You keep saying that you have the right to come on a post about your thoughts on a line 6, and sure, you do, but guess what? This is a Marshall forum, as far as I know, all the active members here prefer Marshalls! Otherwise they wouldn't be here. Coming onto a website for Marshall amps and saying how your other pseudo-amp is better than any other Marshall, which I can tell you've never played a good one, is OBVIOUSLY going to cause some problems! Also, just as you have the right to come talk about YOUR amp, we have the right to do the same fucking thing, and last I checked, there's a lot more people who are active, REAL members of the community here than the one of you, so your opinion is not going to be agreed with.

Maybe I can compare this with something I think you may be a little more familiar with. Go register on some World of Warcraft forum and start a pissing match about how much better some other MMO is, and watch what happens. Forums that are dedicated to ONE topic/subject/brand/game are like that for a reason! 

I don't know what kind of shops you have over there in the UK, but go to a good one and ask to play a Marshall all-valve amp. If you grow the balls to do it, you'll find out just how horribly wrong you are.

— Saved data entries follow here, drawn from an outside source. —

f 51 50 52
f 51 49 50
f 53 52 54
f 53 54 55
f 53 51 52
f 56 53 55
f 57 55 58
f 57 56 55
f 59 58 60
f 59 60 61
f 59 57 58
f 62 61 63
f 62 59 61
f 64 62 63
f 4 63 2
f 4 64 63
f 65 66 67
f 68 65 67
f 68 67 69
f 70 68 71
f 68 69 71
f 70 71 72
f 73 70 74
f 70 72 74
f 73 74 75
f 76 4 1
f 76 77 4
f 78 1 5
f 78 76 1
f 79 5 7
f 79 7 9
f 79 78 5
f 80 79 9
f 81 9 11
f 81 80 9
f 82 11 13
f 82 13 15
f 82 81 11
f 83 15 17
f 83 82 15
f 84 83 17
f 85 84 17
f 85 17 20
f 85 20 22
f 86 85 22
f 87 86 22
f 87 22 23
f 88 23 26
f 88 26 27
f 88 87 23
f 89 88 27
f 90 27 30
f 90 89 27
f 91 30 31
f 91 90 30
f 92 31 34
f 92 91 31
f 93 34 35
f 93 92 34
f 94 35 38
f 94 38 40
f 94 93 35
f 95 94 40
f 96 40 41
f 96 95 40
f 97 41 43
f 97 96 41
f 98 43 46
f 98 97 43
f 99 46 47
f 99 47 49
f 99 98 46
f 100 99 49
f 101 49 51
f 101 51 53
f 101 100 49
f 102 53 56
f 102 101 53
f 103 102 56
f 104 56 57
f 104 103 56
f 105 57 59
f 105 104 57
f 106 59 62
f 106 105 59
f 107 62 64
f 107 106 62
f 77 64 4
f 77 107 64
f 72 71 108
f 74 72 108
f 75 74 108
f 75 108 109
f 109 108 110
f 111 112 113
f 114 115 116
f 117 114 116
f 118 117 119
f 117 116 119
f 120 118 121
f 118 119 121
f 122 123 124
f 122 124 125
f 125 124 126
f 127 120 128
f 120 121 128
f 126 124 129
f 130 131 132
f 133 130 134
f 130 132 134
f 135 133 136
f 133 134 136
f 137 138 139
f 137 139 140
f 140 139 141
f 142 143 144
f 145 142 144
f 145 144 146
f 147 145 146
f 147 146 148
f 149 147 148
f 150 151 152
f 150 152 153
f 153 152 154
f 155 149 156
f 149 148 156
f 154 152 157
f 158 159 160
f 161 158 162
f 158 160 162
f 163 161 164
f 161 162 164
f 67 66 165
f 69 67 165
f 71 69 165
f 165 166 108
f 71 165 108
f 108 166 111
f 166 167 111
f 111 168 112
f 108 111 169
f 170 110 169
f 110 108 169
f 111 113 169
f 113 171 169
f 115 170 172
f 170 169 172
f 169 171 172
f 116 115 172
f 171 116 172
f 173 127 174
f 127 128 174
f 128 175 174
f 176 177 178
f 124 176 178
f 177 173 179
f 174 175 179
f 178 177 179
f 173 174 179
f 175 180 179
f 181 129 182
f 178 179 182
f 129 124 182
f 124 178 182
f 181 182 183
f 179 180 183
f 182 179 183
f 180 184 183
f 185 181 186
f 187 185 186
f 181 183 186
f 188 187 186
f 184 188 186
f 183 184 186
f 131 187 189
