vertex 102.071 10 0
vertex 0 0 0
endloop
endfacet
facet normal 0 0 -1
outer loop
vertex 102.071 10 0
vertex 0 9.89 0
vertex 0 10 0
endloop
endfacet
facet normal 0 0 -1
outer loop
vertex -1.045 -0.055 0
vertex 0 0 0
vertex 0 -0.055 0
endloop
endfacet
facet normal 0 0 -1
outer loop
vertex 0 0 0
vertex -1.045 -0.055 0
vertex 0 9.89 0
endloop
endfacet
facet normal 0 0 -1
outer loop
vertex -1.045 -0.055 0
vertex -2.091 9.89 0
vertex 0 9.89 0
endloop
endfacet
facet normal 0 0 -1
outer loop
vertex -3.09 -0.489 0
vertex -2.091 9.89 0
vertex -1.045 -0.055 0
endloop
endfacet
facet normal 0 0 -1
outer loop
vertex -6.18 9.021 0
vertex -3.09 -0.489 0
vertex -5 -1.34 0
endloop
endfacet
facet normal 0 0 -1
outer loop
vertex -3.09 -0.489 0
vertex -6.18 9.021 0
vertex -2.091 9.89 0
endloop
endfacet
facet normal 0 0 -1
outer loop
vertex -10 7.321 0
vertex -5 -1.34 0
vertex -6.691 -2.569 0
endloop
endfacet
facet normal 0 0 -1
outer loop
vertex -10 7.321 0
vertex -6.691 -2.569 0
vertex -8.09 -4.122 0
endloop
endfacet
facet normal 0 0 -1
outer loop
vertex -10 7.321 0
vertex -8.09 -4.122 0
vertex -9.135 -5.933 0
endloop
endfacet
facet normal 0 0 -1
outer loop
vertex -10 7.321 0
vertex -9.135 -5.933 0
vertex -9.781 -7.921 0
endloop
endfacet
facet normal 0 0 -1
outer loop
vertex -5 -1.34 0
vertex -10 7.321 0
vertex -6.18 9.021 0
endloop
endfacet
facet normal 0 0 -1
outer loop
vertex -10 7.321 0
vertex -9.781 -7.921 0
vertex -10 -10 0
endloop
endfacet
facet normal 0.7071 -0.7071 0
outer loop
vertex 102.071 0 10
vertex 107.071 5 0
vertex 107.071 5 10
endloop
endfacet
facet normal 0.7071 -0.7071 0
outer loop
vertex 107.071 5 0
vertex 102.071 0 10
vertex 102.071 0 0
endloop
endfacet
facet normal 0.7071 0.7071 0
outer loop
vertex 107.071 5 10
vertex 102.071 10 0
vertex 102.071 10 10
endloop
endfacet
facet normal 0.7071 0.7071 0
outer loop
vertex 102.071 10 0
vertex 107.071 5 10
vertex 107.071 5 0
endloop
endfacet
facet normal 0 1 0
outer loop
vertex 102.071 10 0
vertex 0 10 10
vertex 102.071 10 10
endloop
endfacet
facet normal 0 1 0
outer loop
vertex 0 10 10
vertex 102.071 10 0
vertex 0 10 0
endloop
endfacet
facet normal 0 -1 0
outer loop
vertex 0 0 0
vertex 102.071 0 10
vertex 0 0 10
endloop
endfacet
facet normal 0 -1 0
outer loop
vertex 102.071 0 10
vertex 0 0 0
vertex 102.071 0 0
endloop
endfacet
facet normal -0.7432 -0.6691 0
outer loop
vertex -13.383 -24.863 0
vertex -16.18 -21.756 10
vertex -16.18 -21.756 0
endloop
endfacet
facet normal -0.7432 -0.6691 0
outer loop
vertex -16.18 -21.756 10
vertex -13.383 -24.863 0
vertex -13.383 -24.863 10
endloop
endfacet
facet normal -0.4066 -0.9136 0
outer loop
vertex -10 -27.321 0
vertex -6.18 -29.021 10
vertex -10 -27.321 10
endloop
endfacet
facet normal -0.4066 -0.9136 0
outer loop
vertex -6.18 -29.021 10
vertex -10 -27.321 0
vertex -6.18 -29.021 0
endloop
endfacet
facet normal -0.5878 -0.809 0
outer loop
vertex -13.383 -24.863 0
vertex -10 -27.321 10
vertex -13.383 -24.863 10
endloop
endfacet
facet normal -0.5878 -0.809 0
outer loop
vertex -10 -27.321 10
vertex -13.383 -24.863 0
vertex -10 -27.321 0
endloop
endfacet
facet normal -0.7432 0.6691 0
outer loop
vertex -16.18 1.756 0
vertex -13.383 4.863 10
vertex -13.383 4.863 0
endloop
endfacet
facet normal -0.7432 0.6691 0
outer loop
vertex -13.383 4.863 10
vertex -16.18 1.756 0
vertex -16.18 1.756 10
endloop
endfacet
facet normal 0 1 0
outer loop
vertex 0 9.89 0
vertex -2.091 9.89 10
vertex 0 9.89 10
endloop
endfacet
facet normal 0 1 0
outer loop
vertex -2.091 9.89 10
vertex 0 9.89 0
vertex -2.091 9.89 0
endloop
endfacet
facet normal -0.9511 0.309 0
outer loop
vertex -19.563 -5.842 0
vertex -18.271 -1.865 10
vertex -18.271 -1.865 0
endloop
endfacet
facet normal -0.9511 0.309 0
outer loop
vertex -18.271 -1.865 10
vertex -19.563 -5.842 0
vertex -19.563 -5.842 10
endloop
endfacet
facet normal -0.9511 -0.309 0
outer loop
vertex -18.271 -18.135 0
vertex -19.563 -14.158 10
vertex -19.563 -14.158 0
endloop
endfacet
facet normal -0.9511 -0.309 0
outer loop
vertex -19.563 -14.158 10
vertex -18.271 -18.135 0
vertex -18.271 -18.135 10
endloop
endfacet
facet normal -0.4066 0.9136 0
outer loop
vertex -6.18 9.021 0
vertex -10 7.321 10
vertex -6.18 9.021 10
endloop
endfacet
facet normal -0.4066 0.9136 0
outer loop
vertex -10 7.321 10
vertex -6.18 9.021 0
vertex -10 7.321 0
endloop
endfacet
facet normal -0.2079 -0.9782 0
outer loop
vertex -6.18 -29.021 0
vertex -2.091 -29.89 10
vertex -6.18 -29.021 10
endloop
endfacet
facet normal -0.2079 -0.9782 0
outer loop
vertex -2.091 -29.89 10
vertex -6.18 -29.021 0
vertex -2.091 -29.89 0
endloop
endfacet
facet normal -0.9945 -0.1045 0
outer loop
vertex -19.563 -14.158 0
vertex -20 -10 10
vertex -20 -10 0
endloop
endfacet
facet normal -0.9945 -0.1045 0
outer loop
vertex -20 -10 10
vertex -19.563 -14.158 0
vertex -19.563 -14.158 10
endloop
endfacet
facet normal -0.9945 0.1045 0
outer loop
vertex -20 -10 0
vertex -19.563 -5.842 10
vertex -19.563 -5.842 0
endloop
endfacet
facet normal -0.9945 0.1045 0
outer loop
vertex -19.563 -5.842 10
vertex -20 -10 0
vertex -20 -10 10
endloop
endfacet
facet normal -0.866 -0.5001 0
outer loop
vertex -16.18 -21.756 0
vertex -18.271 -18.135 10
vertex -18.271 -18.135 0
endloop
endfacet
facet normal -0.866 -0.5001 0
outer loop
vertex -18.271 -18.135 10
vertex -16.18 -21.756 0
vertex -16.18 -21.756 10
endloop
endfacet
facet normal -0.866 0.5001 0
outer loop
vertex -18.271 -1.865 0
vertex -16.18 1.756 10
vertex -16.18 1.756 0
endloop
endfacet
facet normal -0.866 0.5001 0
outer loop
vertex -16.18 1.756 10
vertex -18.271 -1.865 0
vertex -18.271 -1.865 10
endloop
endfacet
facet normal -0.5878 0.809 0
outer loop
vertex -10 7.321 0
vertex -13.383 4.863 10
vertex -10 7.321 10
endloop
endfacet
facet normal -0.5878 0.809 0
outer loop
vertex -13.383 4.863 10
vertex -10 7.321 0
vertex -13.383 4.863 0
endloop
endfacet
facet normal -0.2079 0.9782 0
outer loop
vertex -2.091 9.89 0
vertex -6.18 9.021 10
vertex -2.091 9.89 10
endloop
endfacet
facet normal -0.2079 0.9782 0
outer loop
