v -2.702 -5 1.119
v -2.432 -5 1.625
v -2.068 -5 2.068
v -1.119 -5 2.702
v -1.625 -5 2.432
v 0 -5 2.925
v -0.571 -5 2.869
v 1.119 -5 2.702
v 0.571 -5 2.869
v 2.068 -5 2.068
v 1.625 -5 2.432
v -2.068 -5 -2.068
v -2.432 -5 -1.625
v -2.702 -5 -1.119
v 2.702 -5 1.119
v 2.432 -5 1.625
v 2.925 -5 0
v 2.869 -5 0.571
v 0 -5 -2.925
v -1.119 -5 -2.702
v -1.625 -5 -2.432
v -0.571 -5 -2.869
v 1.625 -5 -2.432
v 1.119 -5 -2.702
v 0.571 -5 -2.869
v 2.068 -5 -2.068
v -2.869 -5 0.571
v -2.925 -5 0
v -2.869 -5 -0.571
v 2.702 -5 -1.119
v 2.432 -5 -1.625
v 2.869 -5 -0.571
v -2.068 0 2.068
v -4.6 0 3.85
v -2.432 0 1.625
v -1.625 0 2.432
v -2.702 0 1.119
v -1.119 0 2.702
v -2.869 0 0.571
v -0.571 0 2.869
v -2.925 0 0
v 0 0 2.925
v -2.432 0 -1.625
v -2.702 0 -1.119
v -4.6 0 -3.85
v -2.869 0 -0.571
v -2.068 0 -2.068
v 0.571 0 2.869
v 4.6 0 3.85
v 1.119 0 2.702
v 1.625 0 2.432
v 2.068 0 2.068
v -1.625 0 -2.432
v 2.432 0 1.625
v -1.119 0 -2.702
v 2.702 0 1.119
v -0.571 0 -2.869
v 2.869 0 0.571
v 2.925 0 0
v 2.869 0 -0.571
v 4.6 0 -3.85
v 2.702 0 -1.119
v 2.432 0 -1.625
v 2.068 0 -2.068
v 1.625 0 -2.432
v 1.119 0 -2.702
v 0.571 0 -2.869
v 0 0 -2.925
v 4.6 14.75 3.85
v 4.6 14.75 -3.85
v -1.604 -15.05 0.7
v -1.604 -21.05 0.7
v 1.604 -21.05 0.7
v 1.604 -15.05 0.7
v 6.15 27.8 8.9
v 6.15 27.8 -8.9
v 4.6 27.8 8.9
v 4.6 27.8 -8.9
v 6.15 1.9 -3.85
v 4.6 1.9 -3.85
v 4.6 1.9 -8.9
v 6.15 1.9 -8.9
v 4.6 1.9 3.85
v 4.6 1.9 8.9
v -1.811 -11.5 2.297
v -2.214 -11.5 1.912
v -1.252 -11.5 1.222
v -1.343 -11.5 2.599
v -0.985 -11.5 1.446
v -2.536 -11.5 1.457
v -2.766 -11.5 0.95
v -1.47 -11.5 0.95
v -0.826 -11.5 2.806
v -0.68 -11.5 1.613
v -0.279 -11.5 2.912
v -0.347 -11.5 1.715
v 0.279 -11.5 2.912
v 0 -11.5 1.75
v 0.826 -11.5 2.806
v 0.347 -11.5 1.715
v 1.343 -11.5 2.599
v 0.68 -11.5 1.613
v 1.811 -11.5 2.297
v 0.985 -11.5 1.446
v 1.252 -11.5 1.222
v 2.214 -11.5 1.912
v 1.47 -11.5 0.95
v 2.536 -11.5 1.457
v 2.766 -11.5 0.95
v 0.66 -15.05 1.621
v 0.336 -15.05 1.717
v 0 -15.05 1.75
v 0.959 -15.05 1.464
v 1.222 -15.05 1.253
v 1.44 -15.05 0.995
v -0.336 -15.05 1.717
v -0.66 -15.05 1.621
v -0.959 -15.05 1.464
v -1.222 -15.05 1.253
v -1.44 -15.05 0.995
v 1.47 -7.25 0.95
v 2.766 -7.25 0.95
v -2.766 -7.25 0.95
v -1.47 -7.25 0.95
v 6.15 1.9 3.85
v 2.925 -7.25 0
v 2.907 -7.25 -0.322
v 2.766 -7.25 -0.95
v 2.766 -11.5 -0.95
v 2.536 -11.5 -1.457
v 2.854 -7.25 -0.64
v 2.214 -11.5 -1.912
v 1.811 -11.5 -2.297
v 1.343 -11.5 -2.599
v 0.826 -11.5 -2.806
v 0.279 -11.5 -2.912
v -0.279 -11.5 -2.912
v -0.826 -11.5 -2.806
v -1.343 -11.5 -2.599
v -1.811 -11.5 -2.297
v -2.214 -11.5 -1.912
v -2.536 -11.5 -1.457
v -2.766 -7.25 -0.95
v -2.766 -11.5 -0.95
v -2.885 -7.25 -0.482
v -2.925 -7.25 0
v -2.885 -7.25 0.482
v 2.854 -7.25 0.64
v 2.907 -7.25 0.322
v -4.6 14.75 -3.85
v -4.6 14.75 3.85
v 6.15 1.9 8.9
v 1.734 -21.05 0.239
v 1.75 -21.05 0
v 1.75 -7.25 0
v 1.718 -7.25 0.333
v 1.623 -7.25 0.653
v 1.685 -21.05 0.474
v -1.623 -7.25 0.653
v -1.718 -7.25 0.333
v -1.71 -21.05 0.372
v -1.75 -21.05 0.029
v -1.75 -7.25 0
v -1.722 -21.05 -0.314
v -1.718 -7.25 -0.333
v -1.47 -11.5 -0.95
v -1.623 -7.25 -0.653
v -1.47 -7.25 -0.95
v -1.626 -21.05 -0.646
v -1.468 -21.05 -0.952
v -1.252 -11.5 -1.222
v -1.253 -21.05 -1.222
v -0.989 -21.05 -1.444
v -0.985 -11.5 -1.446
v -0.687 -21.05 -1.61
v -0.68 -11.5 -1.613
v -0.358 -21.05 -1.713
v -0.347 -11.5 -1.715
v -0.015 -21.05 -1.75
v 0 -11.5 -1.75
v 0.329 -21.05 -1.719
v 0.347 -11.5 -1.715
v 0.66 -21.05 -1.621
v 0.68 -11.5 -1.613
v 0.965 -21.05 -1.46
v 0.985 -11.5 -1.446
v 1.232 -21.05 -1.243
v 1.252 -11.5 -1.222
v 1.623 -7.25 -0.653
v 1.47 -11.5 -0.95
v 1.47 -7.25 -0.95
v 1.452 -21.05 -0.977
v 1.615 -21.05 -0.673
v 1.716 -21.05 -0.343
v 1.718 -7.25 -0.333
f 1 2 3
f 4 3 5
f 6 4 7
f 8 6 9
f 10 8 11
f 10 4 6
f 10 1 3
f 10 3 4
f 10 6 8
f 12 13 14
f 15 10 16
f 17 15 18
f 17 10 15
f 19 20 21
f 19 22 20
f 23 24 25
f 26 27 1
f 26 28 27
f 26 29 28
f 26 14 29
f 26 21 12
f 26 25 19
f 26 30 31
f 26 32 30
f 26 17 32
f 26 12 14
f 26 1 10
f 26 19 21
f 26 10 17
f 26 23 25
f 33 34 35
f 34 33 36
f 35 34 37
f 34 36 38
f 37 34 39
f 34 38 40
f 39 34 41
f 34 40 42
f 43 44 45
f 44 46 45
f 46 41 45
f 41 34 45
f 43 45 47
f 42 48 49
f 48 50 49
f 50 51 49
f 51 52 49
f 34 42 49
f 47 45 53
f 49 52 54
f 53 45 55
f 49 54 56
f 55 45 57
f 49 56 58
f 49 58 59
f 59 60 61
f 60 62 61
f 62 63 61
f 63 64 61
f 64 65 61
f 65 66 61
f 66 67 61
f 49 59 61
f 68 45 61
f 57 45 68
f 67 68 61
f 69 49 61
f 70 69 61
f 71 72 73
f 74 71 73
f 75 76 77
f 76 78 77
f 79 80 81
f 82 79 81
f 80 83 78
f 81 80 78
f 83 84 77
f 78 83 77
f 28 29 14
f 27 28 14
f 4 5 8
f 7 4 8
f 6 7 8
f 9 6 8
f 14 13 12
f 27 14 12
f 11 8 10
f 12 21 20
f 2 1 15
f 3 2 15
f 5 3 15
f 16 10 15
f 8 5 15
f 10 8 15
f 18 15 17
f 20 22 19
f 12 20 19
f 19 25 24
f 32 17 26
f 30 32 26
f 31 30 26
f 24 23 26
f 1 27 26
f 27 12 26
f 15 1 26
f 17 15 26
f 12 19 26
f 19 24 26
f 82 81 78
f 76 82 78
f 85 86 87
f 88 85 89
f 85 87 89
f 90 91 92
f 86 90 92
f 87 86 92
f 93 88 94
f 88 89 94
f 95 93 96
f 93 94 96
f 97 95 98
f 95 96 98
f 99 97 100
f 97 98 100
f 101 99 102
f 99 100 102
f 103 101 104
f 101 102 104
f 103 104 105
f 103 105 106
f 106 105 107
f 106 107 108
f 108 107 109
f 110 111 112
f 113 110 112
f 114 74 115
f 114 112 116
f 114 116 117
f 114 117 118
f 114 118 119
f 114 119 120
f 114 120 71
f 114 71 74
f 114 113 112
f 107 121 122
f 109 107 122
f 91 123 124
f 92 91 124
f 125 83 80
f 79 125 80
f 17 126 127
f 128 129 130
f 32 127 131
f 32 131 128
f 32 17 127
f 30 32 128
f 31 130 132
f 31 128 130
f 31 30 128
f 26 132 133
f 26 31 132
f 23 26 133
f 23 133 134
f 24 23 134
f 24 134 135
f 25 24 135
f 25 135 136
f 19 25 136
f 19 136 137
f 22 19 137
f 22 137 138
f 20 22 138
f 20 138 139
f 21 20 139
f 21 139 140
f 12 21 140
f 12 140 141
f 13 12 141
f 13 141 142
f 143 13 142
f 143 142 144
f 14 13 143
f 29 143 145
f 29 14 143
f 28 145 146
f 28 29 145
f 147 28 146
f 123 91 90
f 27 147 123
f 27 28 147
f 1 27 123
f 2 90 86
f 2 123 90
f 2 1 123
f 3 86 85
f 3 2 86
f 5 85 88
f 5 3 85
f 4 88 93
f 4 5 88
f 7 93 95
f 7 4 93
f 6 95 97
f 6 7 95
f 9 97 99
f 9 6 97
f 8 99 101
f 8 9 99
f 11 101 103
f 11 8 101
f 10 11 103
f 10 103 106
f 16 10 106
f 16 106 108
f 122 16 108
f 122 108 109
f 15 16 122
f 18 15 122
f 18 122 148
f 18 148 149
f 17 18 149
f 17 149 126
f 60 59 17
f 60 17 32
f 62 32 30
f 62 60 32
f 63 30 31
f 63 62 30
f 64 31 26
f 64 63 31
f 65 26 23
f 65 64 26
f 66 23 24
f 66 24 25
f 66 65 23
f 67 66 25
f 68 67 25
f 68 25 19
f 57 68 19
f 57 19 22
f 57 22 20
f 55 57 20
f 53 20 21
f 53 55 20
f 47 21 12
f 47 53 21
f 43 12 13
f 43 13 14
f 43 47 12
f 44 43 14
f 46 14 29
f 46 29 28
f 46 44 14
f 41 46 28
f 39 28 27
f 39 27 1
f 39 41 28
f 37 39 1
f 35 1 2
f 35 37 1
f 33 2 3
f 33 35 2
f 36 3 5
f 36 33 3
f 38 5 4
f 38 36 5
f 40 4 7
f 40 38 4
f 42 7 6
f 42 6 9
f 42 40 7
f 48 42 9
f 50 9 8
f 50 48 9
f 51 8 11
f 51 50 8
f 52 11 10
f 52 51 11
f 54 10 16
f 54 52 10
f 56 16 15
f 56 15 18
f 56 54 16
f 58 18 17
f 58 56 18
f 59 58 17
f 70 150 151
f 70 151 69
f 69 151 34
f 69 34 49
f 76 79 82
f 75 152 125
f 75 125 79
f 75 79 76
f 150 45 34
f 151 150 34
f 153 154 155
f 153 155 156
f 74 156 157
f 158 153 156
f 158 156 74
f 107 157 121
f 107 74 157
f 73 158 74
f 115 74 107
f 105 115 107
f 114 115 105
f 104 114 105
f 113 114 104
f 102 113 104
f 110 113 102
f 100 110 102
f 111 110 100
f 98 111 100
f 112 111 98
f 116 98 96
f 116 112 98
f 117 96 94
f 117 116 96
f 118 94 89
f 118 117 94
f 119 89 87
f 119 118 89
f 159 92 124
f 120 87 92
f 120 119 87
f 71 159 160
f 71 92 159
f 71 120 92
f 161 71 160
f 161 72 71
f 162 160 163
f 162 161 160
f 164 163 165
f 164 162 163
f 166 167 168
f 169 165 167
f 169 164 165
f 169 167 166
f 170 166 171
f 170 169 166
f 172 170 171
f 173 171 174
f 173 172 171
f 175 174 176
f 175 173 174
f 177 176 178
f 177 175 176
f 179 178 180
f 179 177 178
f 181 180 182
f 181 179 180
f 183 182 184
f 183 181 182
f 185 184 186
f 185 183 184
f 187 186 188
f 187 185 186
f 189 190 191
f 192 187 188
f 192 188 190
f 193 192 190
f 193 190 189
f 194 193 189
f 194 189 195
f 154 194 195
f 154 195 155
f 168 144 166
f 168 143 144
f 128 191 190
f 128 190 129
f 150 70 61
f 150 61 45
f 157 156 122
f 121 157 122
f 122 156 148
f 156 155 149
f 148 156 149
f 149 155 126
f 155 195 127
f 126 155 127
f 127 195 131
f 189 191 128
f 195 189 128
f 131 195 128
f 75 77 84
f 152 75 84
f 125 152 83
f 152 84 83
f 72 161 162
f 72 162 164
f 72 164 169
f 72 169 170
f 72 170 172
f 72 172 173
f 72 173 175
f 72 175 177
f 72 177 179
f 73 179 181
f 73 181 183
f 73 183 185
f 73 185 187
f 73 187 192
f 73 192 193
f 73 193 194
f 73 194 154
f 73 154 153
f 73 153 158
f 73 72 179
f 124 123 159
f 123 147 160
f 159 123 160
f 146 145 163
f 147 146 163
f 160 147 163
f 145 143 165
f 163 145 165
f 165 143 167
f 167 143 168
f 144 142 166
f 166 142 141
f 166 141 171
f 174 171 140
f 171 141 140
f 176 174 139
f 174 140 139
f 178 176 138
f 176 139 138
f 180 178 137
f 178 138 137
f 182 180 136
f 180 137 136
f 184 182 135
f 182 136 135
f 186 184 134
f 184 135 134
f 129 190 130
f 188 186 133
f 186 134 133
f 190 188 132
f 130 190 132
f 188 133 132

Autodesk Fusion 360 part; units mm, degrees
sketch "Profile" plane through (0, 0, 0) normal (0, 1, 0) x (1, 0, 0)
  line L0 (4.6, 3.85) -> (-4.6, 3.85)
  line L1 (-4.6, 3.85) -> (-4.6, -3.85)
  line L2 (-4.6, -3.85) -> (4.6, -3.85)
  line L3 (4.6, -3.85) -> (4.6, 3.85)
  line L4 (4.6, 3.85) -> (-4.6, -3.85) construction
  line L5 (-4.6, 3.85) -> (4.6, -3.85) construction
  circle A0 centre (0, 0) radius 2.925
  line L6 (2.235, -1.8869) -> (2.235, 1.8869)
  line L7 (0, 0) -> (0, 6.159) construction
  line L8 (-2.235, -1.8869) -> (-2.235, 1.8869)
  line L9 (-2.7664, -0.95) -> (2.7664, -0.95)
  line L10 (0, 0) -> (1.3963, 0) construction
  line L11 (-2.7664, 0.95) -> (2.7664, 0.95)
  dimension "d1" = 9.2
  dimension "d2" = 7.7
  dimension "d3" = 5.85
  dimension "d17" = 2.235
  dimension "d18" = 0.95
extrude "Extrude1" add sketch "Profile" along normal blind 14.75 contours L0 L1 L2 L3 | A0 L6 L9 L11 | A0 L6 L11 | A0 L6 L9 | A0 L6 L8 L11 | L6 L8 L9 L11 | A0 L6 L8 L9 | A0 L8 L11 | A0 L8 L9 L11 | A0 L8 L9 makes body 1
extrude "Extrude2" add sketch "Profile" against normal blind 5 contours A0 L6 L9 L11 | A0 L6 L11 | A0 L6 L9 | A0 L6 L8 L11 | L6 L8 L9 L11 | A0 L6 L8 L9 | A0 L8 L11 | A0 L8 L9 L11 | A0 L8 L9 bodies 1
extrude "Extrude3" add sketch "Profile" against normal blind 6.5 from surface at -5 separate body contours A0 L6 L11 | A0 L6 L9 | A0 L6 L8 L11 | A0 L6 L8 L9 | A0 L8 L11 | A0 L8 L9 makes body 2 at (1.1749, -9.3333, -2.6787) makes body 3 at (-1.1749, -9.3333, 2.6787)
extrude "Extrude5" add sketch "Profile" against normal blind 2.25 from surface at -5 separate body contours A0 L6 L9 L11 | L6 L8 L9 L11 | A0 L8 L9 L11 makes body 4
combine "Combine1" operation add target body 3 tool bodies 4 2
cylinder "CylinderPrimitive1" add diameter 3.5 height 9.55 placed x (1, 0, 0) y (0, 0, 1) z (0, -1, 0) at (0, -11.5, 0) bodies 3
sketch "PCB" plane through (4.6, 0, 0) normal (1, 0, 0) x (0, 1, 0)
  line L0 (0, 3.85) -> (0, -3.85)
  line L1 (0, -3.85) -> (14.75, -3.85)
  line L2 (14.75, -3.85) -> (14.75, 3.85)
  line L3 (14.75, 3.85) -> (0, 3.85)
  line L4 (27.8, 8.9) -> (1.9, 8.9)
  line L5 (1.9, 8.9) -> (1.9, -8.9)
  line L6 (1.9, -8.9) -> (27.8, -8.9)
  line L7 (27.8, -8.9) -> (27.8, 8.9)
  line L8 (27.8, 8.9) -> (1.9, -8.9) construction
  line L9 (1.9, 8.9) -> (27.8, -8.9) construction
  point P0 (14.85, 0)
  dimension "d12" = 25.9
  dimension "d13" = 17.8
  dimension "d14" = 1.9
extrude "Extrude4" add sketch "PCB" along normal blind 1.55 separate body contours L1 L2 L3 L4 L5 L6 L7 | L1 L2 L3 L5 makes body 5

So piss off with the personal attacks on everyone you don't agree with, you fucking hypocrite, and learn to respect other people's opinions. Since you seem to hate everyone here so much, why not just leave? It's not like you HAVE to visit this website ever again. Go outside and play with your fellow 9-year olds.


----------



## SilverEra

Where did he go?


----------



## MM54

Hopefully back to his crib. Maybe* it's the kind with the sliding side that can suffocate babies...

*Read: hopefully


----------



## longfxukxnhair

He started out with such a promising name. I think its time for him to put his big boy pants on and say sorry.


----------



## spiritdave

wallmarksuck said:


> fuck i accidentilly voted for the valve state. I meant the vetta!



The Vetta will destroy the Valvestate for one main reason ... for pure tone, Valvestates suck ass.

A Valvestate amp is NOT a tube amp. It has a solid state output and ONE single preamp tube which in reality does bugger all for the sound.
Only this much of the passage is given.